• [Your objective]:
Below are records; reproduce exactly the lines from the one that has "#218=ADVANCED_FACE('',(#216),#217,.T.);" through the one that has "#234=ORIENTED_EDGE('',*,*,#61,.F.);", ends included, and nothing more.

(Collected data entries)
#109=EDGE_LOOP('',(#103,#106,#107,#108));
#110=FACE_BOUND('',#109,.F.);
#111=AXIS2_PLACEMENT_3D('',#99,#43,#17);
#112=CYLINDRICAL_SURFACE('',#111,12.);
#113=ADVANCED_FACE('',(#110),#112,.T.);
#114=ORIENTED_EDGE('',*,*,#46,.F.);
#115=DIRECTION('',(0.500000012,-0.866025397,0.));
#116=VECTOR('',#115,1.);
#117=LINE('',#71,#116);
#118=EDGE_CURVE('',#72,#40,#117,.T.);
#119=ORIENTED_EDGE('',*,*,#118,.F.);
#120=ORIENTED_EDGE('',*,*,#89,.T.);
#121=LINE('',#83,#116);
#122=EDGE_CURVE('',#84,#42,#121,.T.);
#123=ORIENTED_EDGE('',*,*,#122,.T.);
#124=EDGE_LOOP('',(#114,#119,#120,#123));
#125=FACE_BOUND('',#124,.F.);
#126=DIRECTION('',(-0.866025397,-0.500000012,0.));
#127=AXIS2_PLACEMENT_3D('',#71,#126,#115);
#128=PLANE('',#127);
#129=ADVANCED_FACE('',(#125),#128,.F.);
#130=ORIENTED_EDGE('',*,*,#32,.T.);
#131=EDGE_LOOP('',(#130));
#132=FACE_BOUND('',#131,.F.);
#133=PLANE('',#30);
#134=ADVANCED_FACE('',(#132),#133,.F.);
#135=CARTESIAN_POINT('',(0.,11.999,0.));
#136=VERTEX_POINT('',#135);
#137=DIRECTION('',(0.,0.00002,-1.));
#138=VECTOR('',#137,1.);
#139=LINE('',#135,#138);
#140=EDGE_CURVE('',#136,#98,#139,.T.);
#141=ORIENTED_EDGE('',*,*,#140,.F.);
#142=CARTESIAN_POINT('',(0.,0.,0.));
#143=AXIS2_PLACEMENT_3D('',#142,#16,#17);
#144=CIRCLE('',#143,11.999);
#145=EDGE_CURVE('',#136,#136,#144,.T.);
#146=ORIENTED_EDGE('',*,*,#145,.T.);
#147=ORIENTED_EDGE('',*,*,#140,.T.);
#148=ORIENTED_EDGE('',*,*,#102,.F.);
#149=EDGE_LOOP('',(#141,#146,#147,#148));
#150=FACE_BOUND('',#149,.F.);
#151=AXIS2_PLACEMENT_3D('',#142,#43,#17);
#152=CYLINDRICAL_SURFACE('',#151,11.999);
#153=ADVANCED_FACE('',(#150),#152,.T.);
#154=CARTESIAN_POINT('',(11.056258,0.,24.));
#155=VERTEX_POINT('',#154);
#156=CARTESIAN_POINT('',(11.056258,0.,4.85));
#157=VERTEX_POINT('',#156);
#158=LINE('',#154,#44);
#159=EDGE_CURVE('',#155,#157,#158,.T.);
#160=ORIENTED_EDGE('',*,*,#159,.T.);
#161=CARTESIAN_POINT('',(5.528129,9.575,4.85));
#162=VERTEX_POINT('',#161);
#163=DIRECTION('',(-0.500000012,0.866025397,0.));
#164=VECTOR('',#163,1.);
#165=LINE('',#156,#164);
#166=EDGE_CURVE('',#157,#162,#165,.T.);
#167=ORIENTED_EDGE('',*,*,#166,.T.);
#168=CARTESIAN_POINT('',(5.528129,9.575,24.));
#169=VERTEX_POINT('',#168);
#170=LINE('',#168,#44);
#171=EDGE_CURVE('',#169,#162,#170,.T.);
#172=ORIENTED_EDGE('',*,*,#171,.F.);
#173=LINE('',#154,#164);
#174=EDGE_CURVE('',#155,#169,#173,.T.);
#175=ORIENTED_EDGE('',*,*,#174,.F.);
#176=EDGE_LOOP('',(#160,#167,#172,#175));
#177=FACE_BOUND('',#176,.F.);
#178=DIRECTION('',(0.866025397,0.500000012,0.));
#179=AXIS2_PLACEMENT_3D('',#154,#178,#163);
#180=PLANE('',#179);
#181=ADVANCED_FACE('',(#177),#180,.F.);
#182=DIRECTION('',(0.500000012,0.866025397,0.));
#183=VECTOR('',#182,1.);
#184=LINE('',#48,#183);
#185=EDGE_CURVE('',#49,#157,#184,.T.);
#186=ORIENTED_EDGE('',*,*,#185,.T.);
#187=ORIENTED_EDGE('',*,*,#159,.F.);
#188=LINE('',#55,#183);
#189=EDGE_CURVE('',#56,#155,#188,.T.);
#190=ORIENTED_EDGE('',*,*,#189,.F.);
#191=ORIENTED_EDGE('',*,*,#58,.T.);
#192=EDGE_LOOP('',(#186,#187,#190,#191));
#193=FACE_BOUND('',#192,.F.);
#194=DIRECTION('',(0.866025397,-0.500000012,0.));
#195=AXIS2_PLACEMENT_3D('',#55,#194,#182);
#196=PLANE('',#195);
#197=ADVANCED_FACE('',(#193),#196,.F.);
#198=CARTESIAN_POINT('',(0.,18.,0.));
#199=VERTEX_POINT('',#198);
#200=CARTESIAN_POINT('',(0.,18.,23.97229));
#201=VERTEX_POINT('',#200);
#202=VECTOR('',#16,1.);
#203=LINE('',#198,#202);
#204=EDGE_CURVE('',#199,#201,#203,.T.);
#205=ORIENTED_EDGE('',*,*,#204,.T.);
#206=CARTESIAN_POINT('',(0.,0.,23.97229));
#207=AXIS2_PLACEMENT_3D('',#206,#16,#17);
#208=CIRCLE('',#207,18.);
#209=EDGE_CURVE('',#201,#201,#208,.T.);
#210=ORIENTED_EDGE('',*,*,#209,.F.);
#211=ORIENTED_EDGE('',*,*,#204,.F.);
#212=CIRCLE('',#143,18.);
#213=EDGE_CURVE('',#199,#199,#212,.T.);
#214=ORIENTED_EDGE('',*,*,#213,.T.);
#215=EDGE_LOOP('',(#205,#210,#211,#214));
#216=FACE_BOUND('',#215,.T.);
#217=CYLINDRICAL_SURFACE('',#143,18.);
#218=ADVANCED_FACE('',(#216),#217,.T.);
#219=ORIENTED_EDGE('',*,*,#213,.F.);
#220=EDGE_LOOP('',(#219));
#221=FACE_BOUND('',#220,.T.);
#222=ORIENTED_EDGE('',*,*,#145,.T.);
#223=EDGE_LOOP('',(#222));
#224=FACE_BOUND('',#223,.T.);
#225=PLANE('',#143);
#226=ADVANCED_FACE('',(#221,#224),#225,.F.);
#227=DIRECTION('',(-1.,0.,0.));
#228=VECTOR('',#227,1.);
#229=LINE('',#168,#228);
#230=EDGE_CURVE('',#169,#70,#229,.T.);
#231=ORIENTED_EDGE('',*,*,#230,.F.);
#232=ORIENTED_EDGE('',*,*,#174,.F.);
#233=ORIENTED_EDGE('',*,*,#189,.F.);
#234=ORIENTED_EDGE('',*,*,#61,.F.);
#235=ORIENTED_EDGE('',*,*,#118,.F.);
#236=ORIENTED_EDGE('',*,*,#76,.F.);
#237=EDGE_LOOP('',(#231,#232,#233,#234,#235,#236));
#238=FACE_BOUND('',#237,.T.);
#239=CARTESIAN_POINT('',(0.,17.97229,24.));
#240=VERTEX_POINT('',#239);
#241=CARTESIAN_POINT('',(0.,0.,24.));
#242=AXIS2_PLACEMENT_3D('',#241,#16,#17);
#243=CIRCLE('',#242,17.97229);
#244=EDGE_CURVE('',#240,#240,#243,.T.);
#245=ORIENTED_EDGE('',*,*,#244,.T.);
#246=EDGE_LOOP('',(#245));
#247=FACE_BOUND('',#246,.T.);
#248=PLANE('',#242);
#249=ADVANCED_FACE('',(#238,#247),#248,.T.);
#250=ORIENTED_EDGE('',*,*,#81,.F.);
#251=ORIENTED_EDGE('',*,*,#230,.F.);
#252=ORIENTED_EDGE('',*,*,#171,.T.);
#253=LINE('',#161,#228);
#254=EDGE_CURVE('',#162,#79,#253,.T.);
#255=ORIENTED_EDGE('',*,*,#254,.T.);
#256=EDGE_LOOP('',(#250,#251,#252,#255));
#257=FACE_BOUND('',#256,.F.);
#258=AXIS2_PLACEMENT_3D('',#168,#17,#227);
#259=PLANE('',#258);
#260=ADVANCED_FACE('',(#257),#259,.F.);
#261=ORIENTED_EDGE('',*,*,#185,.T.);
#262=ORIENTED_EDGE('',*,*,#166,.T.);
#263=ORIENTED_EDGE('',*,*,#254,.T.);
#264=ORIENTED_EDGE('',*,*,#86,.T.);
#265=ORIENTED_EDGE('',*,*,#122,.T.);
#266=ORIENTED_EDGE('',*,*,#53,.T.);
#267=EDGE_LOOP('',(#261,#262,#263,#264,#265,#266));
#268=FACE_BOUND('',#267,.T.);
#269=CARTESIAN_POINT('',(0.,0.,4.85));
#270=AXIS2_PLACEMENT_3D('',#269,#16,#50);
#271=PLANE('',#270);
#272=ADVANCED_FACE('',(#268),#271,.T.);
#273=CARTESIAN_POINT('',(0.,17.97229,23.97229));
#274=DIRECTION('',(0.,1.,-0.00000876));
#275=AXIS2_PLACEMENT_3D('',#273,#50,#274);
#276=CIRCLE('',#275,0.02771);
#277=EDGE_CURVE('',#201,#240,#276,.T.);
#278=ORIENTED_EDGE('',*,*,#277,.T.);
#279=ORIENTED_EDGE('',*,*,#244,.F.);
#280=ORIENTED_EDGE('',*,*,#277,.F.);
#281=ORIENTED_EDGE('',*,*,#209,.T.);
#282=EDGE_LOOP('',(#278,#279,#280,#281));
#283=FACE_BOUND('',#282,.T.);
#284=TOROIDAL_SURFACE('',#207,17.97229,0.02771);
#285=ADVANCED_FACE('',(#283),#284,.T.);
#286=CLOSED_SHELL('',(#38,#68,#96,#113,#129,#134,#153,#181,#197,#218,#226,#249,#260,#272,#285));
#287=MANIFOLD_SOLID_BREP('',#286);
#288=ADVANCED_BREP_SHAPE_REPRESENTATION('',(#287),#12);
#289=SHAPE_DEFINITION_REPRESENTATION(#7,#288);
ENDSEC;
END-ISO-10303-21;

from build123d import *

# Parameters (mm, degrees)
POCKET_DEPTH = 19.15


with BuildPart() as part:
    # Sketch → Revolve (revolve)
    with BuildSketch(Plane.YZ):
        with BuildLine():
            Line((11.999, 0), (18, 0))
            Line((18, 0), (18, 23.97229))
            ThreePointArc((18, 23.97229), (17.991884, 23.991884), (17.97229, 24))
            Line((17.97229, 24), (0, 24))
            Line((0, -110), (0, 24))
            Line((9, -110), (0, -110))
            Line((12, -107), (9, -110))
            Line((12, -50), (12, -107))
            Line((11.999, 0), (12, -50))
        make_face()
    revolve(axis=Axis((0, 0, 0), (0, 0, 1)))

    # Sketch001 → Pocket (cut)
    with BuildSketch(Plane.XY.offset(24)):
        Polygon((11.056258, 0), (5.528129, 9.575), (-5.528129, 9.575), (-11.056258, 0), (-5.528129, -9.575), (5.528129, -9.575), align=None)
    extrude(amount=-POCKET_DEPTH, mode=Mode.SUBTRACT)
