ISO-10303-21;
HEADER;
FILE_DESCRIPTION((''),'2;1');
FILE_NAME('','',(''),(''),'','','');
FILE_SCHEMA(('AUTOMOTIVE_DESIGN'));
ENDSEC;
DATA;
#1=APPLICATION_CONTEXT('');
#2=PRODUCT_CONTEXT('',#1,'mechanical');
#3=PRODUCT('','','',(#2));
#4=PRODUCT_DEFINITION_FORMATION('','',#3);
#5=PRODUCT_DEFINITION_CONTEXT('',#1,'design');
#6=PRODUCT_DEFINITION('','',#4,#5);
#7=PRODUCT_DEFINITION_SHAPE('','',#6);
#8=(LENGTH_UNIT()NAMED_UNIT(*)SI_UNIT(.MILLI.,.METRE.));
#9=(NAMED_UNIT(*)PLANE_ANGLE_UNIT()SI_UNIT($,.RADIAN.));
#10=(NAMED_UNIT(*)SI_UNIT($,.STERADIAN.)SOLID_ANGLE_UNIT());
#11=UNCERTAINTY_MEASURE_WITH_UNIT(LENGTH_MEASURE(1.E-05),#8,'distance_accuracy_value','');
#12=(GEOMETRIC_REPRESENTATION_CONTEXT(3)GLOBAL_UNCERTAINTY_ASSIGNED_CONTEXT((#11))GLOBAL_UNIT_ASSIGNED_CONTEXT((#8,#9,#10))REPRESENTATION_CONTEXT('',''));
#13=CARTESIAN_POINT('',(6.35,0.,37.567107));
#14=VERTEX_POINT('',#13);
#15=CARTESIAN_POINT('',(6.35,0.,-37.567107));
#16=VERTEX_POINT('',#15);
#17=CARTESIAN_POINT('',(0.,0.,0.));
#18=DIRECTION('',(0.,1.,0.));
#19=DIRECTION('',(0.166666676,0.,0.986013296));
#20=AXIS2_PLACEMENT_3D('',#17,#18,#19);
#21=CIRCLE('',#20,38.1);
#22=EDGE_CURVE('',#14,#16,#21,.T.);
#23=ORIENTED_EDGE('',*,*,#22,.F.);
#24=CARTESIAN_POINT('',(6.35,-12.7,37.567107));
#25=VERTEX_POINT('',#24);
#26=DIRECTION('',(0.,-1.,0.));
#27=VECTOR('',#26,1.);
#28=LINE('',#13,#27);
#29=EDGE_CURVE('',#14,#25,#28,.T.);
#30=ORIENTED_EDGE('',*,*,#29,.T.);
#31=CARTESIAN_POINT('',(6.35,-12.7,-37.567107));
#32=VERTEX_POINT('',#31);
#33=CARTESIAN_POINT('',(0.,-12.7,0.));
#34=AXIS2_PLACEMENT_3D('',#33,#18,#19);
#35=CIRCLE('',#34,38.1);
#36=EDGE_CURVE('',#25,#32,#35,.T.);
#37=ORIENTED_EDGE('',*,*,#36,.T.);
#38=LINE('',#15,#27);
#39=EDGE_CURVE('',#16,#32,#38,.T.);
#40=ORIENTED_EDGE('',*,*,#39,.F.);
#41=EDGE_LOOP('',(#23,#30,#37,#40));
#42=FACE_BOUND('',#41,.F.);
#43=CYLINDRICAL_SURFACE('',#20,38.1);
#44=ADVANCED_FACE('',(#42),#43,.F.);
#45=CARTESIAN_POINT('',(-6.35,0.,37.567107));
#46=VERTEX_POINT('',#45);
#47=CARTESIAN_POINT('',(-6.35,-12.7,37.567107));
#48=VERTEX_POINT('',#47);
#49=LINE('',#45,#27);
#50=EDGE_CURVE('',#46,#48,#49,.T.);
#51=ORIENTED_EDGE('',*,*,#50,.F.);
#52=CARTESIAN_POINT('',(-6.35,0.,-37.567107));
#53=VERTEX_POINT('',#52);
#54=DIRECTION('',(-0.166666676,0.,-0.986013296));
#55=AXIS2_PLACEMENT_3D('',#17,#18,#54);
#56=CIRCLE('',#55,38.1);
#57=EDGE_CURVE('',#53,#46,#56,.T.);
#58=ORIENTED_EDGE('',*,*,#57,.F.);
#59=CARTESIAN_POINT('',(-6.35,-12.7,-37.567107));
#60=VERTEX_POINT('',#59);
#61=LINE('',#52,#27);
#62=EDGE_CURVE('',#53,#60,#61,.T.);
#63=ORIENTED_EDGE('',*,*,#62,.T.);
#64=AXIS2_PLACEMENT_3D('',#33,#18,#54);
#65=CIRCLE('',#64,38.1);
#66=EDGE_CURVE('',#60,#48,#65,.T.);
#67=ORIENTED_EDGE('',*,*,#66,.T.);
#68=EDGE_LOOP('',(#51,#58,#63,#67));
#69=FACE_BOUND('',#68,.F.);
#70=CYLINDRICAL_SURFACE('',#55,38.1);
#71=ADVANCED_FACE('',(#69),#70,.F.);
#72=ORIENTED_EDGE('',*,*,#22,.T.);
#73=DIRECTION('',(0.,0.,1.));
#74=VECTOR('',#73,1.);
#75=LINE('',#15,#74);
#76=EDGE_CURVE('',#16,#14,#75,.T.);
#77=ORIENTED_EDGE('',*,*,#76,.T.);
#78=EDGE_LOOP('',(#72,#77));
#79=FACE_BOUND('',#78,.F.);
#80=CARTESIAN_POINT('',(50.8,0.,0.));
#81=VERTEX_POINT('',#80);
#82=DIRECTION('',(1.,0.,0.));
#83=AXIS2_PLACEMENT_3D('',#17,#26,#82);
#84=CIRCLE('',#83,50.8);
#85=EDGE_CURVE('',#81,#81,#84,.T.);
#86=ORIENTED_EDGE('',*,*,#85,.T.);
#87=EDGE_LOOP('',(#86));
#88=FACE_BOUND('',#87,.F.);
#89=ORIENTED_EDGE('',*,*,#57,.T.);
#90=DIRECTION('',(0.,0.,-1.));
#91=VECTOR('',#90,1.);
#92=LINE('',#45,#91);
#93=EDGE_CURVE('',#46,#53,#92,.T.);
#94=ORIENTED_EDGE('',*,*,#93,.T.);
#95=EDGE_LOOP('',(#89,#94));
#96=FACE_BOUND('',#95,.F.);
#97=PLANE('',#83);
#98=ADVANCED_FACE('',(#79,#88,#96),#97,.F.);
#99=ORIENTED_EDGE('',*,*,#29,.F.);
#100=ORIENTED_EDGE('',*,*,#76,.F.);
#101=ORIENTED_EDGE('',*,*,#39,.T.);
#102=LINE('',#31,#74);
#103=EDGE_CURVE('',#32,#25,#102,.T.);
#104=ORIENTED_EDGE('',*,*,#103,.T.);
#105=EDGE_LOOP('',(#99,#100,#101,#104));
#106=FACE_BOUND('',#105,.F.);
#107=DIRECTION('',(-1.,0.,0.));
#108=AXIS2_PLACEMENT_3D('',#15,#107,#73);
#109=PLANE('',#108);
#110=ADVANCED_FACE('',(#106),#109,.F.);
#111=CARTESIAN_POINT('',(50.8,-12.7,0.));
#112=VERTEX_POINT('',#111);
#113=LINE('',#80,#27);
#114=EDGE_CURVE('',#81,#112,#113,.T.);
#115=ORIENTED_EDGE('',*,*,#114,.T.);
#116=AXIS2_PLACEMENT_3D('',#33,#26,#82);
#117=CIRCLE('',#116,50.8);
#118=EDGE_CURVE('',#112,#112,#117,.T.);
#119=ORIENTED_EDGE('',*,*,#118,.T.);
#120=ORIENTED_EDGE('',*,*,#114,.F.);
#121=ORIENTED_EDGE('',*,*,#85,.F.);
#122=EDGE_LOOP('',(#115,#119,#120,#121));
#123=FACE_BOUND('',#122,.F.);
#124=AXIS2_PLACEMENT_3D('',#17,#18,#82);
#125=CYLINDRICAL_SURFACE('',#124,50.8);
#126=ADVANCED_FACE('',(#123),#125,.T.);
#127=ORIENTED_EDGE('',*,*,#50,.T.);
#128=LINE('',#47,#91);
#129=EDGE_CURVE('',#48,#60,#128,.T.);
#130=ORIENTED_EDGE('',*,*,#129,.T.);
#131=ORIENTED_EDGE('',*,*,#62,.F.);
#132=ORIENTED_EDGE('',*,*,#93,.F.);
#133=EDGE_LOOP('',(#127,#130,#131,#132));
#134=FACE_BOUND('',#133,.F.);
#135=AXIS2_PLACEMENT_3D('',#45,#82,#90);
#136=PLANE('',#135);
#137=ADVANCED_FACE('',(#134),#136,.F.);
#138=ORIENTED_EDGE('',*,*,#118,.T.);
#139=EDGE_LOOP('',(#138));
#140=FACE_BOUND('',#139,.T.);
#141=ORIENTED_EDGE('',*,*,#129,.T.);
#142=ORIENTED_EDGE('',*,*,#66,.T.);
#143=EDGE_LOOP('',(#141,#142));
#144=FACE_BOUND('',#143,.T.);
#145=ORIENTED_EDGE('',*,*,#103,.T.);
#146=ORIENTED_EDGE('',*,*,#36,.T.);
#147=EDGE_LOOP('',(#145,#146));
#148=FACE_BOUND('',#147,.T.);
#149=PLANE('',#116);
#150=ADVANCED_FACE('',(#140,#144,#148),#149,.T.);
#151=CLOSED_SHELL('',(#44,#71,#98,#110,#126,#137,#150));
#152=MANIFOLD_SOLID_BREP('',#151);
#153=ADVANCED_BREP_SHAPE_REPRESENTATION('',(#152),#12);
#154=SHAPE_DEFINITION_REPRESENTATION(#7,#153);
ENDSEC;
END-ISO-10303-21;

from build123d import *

# Parameters (mm, degrees)
F0_R     = 50.8
F1_DEPTH = 12.7


with BuildPart() as f1:
    # F0 (on Front) → F1 (new body)
    with BuildSketch(Plane.XZ):
        Circle(F0_R)
        with BuildLine():
            ThreePointArc((-6.35, -37.567107), (-38.1, 0), (-6.35, 37.567107))
            Line((-6.35, 37.567107), (-6.35, -37.567107))
        make_face(mode=Mode.SUBTRACT)
        with BuildLine():
            Line((6.35, -37.567107), (6.35, 37.567107))
            ThreePointArc((6.35, 37.567107), (38.1, 0), (6.35, -37.567107))
        make_face(mode=Mode.SUBTRACT)
    extrude(amount=F1_DEPTH)


solid = f1.part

• [Finished task]:
#218=ADVANCED_FACE('',(#216),#217,.T.);
#219=ORIENTED_EDGE('',*,*,#213,.F.);
#220=EDGE_LOOP('',(#219));
#221=FACE_BOUND('',#220,.T.);
#222=ORIENTED_EDGE('',*,*,#145,.T.);
#223=EDGE_LOOP('',(#222));
#224=FACE_BOUND('',#223,.T.);
#225=PLANE('',#143);
#226=ADVANCED_FACE('',(#221,#224),#225,.F.);
#227=DIRECTION('',(-1.,0.,0.));
#228=VECTOR('',#227,1.);
#229=LINE('',#168,#228);
#230=EDGE_CURVE('',#169,#70,#229,.T.);
#231=ORIENTED_EDGE('',*,*,#230,.F.);
#232=ORIENTED_EDGE('',*,*,#174,.F.);
#233=ORIENTED_EDGE('',*,*,#189,.F.);
#234=ORIENTED_EDGE('',*,*,#61,.F.);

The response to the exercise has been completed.